Safety

A future in which progRAM and other methods of storing data at the molecular level are used on a daily basis opens the door to many improvements in people’s lives. However, such a method poses various security challenges that our team has addressed. Although the project itself is still highly foundational, anticipating problems and potential threats at this early stage provides a clear vision for the future and shows the responsible way that every scientist should consider.

Safety in the Lab

Our team shares iGEM values and high standards for biosafety and security, and our project is in full compliance with all relevant safety rules and policies of the iGEM competition, our university, and other authorities.

The team conducted its work in the laboratories of Prof. Dr. Gil Westmeyer at the Munich Institute of Biomedical Engineering of the Technical University of Munich. We received general laboratory safety training and specialized training in working within the biosafety level 1 (S1) environment, particularly in relation to bacterial and mammalian cell cultures, as well as laboratory equipment training. All experiments were carried out according to established standard operating procedures, and only after thorough communication with our supervisors and instructors. During our work on the project, we exclusively performed experiments with approved cell lines and organisms, including E. coli DH5-alpha strain and mammalian HEK293T cells. All biological materials and hazardous chemicals were handled in designated areas with the necessary safety equipment, such as biosafety cabinets and chemical fume hoods. Most of the chemicals used in our experiments did not require special safety measures, except for standard hazardous materials typical to molecular biology, such as DNA stains, antibiotics, magnetic beads, and highly concentrated acids and bases. We followed proper decontamination procedures for all biological waste by autoclaving contaminated materials and disposing of chemical waste according to the provided instructions.

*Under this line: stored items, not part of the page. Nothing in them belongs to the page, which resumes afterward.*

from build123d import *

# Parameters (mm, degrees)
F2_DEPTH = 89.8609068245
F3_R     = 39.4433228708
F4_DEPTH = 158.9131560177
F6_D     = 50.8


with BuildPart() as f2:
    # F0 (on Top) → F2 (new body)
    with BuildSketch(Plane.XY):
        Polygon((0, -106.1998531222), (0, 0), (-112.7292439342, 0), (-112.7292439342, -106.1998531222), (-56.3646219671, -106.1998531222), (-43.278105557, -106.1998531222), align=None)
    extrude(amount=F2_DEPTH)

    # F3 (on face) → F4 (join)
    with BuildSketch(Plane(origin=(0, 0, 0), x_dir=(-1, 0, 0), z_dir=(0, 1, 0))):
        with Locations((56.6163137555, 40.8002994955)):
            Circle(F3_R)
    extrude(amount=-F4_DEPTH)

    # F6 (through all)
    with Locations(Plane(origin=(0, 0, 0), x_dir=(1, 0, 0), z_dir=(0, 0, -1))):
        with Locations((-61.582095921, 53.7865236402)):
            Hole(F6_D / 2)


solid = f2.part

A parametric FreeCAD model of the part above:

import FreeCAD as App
import Part
import Sketcher

V = App.Vector
Q = App.Units.Quantity


def add_polygon(sketch, points):
    """Adds a closed chain of lines whose ends are joined by coincident constraints."""
    first, n = sketch.GeometryCount, len(points)
    for a, b in zip(points, points[1:] + points[:1]):
        sketch.addGeometry(Part.LineSegment(App.Vector(*a, 0), App.Vector(*b, 0)), False)
    for i in range(n):
        sketch.addConstraint(Sketcher.Constraint("Coincident", first + i, 2, first + (i + 1) % n, 1))

doc = App.newDocument("Part")
body = doc.addObject("PartDesign::Body", "Body")

# Sketch on XY plane
sketch1 = doc.addObject("Sketcher::SketchObject", "Sketch")
body.addObject(sketch1)
sketch1.AttachmentSupport = (doc.XY_Plane, [""])
sketch1.MapMode = "FlatFace"
add_polygon(sketch1, [(0, -106.199853), (0, 0), (-112.729244, 0), (-112.729244, -106.199853)])  # lines 0-3
sketch1.addConstraint([
    Sketcher.Constraint("Vertical", 0),
    Sketcher.Constraint("Horizontal", 1),
    Sketcher.Constraint("Vertical", 2),
    Sketcher.Constraint("Horizontal", 3),
    Sketcher.Constraint("Coincident", 0, 2, -1, 1),
    Sketcher.Constraint("DistanceX", 1, 2, 1, 1, 112.729244),
    Sketcher.Constraint("DistanceY", 0, 1, 0, 2, 106.199853),
])
pad1 = doc.addObject("PartDesign::Pad", "Pad")
body.addObject(pad1)
pad1.Profile = sketch1
pad1.Length = 89.860907

# Sketch on XZ plane
sketch2 = doc.addObject("Sketcher::SketchObject", "Sketch001")
body.addObject(sketch2)
sketch2.AttachmentSupport = (doc.XZ_Plane, [""])
sketch2.MapMode = "FlatFace"
sketch2.addGeometry(Part.Circle(V(-56.616314, 40.800299, 0), V(0, 0, 1), 39.443323), False)
sketch2.addConstraint([
    Sketcher.Constraint("Diameter", 0, 78.886646),
    Sketcher.Constraint("DistanceY", -1, 1, 0, 3, 40.800299),
    Sketcher.Constraint("DistanceX", 0, 3, -1, 1, 56.616314),
])
pad2 = doc.addObject("PartDesign::Pad", "Pad001")
body.addObject(pad2)
pad2.Profile = sketch2
pad2.Length = 158.913156

# Sketch on XY plane
sketch3 = doc.addObject("Sketcher::SketchObject", "Sketch002")
body.addObject(sketch3)
sketch3.AttachmentSupport = (doc.XY_Plane, [""])
sketch3.MapMode = "FlatFace"
sketch3.addGeometry(Part.Circle(V(-61.582096, -53.786524, 0), V(0, 0, 1), 25.4), False)
sketch3.addConstraint([
    Sketcher.Constraint("Diameter", 0, Q("2 in")),
    Sketcher.Constraint("DistanceX", 0, 3, -1, 1, 61.582096),
    Sketcher.Constraint("DistanceY", 0, 3, -1, 1, 53.786524),
])
doc.recompute()
hole = doc.addObject("PartDesign::Hole", "Hole")
body.addObject(hole)
hole.Profile = sketch3
hole.ThreadType = "None"
hole.Diameter = Q("2 in")
hole.DepthType = "ThroughAll"
hole.Reversed = True

doc.recompute()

Additionally, we implemented risk management strategies to mitigate potential human error, strictly adhering to lone worker policies, after-hours regulations, the use of personal protective equipment, and enforcing physical access controls and medical reporting.

We are well-informed about and compliant with all laboratory regulations in Germany and at TUM, particularly the guidelines outlined in BGI 850-0, §14 of The Hazardous Substances Ordinance (GefStoffV). We are also familiar with the emergency and safety contacts within our institution. In any situation where our project posed potential hazards or risks, we would promptly consult with our laboratory safety officer, Josef Hintermair.

Project-based Concerns

The initial goal of our project is to provide an RNA-based molecular recording system in contrast to currently available DNA-based alternatives. Our system, ProgRAM, would thus allow for transient and less disruptive in vivo molecular recording and, in principle, already offers several safety benefits over the state of the art.

Nevertheless, as part of assessing potential risks associated with (mis)use of our project, our team carefully evaluated several concerns. While developing the progRAM system, we focused on the challenges that could arise from using an RNA-editing system.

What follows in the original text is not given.